Nossa sociedade é capitalista, sistema que presume um ser explorador, um ser explorado, exclusões grosseiras e camadas de miséria sustentando a abonança dos ricos. Será, então que, em se pensando nesse caráter imanente do capitalismo, podemos cogitar seres bons e maus? Ou só podemos cogitar conivências comportamentais e ações? A mudança estrutural do sistema seria muito mais coerente do que nomeações injustas, pois estas não fazem sentido dentro desse sistema quase "contratual" ou consensual. Quem é o herói social? É aquele que abre o caminho para o monstro moral? Quem é o bandido social, aquele que se sustenta na ignorância dos seres explorados? Os limites são complicados e é isso que a música como um todo me faz pensar.



“Em cada morro uma história diferente
Que a polícia mata gente inocente

E quem era inocente hoje já virou bandido

Pra poder comer um pedaço de pão todo fudido”.
Nessa estrofe eu, o meu olhar, sou exposto ao alicerce capitalista, onde se delimitando o bandido como aquele ser explorado, excluído que pratica a ação de roubar, matar, romper com os códigos de conduta, cria-se a barbárie do miserável. A expectativa quase nula das suas próprias vontades, implica na razão da pequeneza, essa mesma razão, exposta pela mídia, usada pela política e assegurada pelos exploradores. O pobre rompe o código, para matar a fome de maneira pobre, mas não é só um desmerecer do crime miserável, como se o crime do colarinho branco fosse mais digno, mas, sim, mostrar que esse ser, que ora ou outra é usado como ícone midiático, para sustentar o status de poder marginal, interessantes aos ricos, é, naverdade, um núcleo de alienações, que não deixa passar nem mesmo o conhecimento perfeito de suas próprias ações.

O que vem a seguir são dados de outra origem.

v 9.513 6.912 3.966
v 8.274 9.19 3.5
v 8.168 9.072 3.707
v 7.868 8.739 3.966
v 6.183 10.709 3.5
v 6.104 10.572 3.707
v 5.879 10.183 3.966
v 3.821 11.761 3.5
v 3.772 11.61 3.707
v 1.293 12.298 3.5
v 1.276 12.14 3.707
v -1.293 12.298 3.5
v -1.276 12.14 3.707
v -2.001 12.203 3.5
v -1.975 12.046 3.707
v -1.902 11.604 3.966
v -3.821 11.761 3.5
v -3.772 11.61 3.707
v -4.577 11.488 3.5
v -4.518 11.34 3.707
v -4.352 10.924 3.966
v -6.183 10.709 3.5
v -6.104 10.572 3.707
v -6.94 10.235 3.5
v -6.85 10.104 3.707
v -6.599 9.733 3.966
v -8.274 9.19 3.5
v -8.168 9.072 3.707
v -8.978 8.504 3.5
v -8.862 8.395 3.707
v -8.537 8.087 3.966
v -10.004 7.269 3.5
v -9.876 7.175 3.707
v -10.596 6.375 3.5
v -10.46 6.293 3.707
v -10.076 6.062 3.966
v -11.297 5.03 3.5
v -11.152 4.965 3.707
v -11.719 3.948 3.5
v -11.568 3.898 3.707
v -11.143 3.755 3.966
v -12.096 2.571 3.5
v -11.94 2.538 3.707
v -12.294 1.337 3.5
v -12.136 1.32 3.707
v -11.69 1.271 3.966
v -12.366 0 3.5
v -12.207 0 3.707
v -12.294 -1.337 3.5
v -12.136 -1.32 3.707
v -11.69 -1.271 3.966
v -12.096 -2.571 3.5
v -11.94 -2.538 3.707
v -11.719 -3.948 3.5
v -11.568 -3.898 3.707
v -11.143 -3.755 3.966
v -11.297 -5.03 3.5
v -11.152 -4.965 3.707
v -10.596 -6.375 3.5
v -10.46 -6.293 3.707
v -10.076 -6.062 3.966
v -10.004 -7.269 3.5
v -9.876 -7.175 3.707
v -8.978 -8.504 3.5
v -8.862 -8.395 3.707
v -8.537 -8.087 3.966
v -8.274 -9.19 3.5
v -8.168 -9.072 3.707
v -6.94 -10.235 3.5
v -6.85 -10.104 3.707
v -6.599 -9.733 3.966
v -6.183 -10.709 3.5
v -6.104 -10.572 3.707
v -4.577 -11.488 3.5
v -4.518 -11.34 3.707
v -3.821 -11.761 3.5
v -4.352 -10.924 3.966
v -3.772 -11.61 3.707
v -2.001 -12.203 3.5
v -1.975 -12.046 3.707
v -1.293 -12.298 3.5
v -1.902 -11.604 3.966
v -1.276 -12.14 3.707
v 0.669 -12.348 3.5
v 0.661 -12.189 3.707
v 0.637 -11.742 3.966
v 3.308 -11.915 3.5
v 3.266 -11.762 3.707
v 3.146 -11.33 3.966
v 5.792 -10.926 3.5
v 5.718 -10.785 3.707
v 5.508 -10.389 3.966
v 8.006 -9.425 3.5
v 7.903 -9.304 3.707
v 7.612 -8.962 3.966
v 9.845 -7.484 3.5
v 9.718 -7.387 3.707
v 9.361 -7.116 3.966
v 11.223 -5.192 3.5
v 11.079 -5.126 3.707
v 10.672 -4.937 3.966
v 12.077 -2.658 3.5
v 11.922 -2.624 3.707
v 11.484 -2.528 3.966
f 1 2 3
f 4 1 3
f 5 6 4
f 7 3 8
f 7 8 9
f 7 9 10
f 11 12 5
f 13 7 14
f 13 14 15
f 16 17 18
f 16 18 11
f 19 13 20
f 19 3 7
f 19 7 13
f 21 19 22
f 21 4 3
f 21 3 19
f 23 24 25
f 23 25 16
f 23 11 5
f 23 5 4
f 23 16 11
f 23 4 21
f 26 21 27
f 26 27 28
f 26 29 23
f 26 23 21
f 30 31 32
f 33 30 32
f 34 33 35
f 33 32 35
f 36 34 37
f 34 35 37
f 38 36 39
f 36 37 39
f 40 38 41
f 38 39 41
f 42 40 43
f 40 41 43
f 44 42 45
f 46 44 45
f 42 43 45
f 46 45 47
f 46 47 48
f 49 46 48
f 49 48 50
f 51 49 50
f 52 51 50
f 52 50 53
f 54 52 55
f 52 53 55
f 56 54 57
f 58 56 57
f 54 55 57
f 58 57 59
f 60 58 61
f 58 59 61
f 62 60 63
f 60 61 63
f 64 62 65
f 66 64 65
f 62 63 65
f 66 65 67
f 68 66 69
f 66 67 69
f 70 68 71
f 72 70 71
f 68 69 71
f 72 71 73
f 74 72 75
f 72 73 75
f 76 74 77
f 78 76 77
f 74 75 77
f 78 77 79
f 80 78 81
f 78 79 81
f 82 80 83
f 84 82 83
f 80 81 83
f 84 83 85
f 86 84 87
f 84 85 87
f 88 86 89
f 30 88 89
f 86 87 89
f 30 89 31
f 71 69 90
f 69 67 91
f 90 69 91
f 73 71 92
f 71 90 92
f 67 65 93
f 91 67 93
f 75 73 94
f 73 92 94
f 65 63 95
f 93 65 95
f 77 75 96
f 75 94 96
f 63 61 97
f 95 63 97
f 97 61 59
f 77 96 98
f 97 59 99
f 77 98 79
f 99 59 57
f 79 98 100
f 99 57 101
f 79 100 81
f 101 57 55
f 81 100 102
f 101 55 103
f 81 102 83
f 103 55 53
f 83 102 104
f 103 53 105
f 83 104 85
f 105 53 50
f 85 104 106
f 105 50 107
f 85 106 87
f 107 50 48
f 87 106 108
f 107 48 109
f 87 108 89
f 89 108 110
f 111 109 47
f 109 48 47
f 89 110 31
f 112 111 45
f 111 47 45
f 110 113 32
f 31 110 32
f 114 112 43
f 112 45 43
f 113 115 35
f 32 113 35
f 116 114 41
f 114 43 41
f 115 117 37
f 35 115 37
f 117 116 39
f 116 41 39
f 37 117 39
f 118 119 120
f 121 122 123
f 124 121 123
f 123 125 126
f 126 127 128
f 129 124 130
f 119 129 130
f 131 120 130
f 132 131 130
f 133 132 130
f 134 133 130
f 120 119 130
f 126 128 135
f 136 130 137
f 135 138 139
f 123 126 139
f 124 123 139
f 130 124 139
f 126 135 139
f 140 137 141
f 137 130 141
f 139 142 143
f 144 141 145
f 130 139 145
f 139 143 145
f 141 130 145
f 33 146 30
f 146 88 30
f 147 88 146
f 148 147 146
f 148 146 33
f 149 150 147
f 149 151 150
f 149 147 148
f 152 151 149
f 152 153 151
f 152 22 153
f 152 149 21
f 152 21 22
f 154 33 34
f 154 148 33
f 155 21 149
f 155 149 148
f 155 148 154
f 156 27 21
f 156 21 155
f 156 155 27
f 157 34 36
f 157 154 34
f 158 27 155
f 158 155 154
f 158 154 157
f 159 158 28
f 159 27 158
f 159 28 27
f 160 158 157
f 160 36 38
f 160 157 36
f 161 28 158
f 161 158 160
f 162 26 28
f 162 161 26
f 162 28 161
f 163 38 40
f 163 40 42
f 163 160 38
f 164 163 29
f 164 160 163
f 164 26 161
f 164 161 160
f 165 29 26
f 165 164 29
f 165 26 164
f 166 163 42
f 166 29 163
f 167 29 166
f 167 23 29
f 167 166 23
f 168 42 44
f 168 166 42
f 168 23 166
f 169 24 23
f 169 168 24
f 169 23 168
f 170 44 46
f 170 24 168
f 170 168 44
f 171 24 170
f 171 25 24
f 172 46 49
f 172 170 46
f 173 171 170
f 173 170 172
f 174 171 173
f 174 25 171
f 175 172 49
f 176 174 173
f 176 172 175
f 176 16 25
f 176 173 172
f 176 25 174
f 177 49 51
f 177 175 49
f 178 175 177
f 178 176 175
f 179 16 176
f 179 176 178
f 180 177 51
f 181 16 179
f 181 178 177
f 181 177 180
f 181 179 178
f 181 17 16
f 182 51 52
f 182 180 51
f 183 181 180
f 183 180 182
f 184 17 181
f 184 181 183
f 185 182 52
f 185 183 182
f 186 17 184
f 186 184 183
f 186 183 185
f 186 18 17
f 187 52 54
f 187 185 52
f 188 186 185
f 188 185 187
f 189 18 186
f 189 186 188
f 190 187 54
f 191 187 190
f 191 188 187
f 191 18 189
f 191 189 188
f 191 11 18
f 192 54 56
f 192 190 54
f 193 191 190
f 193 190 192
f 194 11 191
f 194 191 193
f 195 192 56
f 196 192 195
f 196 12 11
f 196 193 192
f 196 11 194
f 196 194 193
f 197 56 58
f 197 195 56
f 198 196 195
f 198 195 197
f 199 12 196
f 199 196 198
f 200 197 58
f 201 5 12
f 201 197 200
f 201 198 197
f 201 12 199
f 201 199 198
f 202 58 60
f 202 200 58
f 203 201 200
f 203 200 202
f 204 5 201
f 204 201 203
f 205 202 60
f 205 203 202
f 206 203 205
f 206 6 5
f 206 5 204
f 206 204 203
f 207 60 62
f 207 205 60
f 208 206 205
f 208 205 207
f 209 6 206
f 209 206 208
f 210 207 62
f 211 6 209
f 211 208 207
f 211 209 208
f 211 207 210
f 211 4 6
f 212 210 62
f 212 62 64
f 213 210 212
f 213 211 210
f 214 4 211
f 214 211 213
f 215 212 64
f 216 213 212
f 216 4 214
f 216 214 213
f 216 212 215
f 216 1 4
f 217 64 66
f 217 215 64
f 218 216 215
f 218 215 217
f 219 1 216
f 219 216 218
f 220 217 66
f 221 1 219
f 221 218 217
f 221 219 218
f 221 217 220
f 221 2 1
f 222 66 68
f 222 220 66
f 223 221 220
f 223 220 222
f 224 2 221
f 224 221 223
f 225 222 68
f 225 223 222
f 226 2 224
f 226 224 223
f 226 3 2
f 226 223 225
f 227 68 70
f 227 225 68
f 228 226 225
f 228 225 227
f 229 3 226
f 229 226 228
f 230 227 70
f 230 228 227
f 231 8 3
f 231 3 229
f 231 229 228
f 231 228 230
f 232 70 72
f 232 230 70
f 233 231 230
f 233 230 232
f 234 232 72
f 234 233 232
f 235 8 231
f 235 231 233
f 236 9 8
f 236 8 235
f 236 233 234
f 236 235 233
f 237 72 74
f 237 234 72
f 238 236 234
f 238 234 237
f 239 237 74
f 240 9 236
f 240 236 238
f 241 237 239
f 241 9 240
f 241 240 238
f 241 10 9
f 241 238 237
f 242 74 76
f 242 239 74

 “Banditismo por pura maldade”
“Banditismo por necessidade”
“Banditismo por uma questão de classe.”.

A noção de maldade, de pura maldade, é que complica nesse final de letra, pois há maldade, sim, aqui ali e acolá, de forma que parece que a maldade é sistemática, o sistema capitalista inclui ainda esse dissabor. A existência de castas sociais desprezadas é pura maldade; um ser humano ser levado, quase exclusivamente, ao crime, previsto no código, é pura maldade; o sistema que faz com que nos odiemos constantemente e sejamos preconceituosos é pura maldade; a violência psicológica e física do crime, é pura, também, maldade. Só que podemos tentar separar, devido ao grau de consciência dos atos, inseridos, pelos seus atores, o que tornaria mais significativa a critica de Science, pois a "necessidade", exposta na segunda frase, faz com que os atores ajam de maneira, comumente, mais desesperada e menos pensada, ou mesmo de maneira resignada do tipo: “não tenho nada a perder, minha vida é uma merda e eu não tenho outra escapatória”. Portanto, a pura maldade estaria diretamente atrelada ao esclarecimento, a falta de necessidade, enquanto as outras manifestações violentas teriam mais a ver com um tipo de maldade reflexiva.

Já a questão de classe, no que entendo, é tudo isso, é exatamente o banditismo presumido e inato ao sistema capitalista, que separa em classes (beneficiadas e marginais), o bandido que todos somos em alguma estância, já que o capital nos induz a tais e tais comportamentos e o bandido que somos culpados de existir, já que não exigimos a desconstrução (perceba que eu não disse destruição) do capitalismo como se encontra.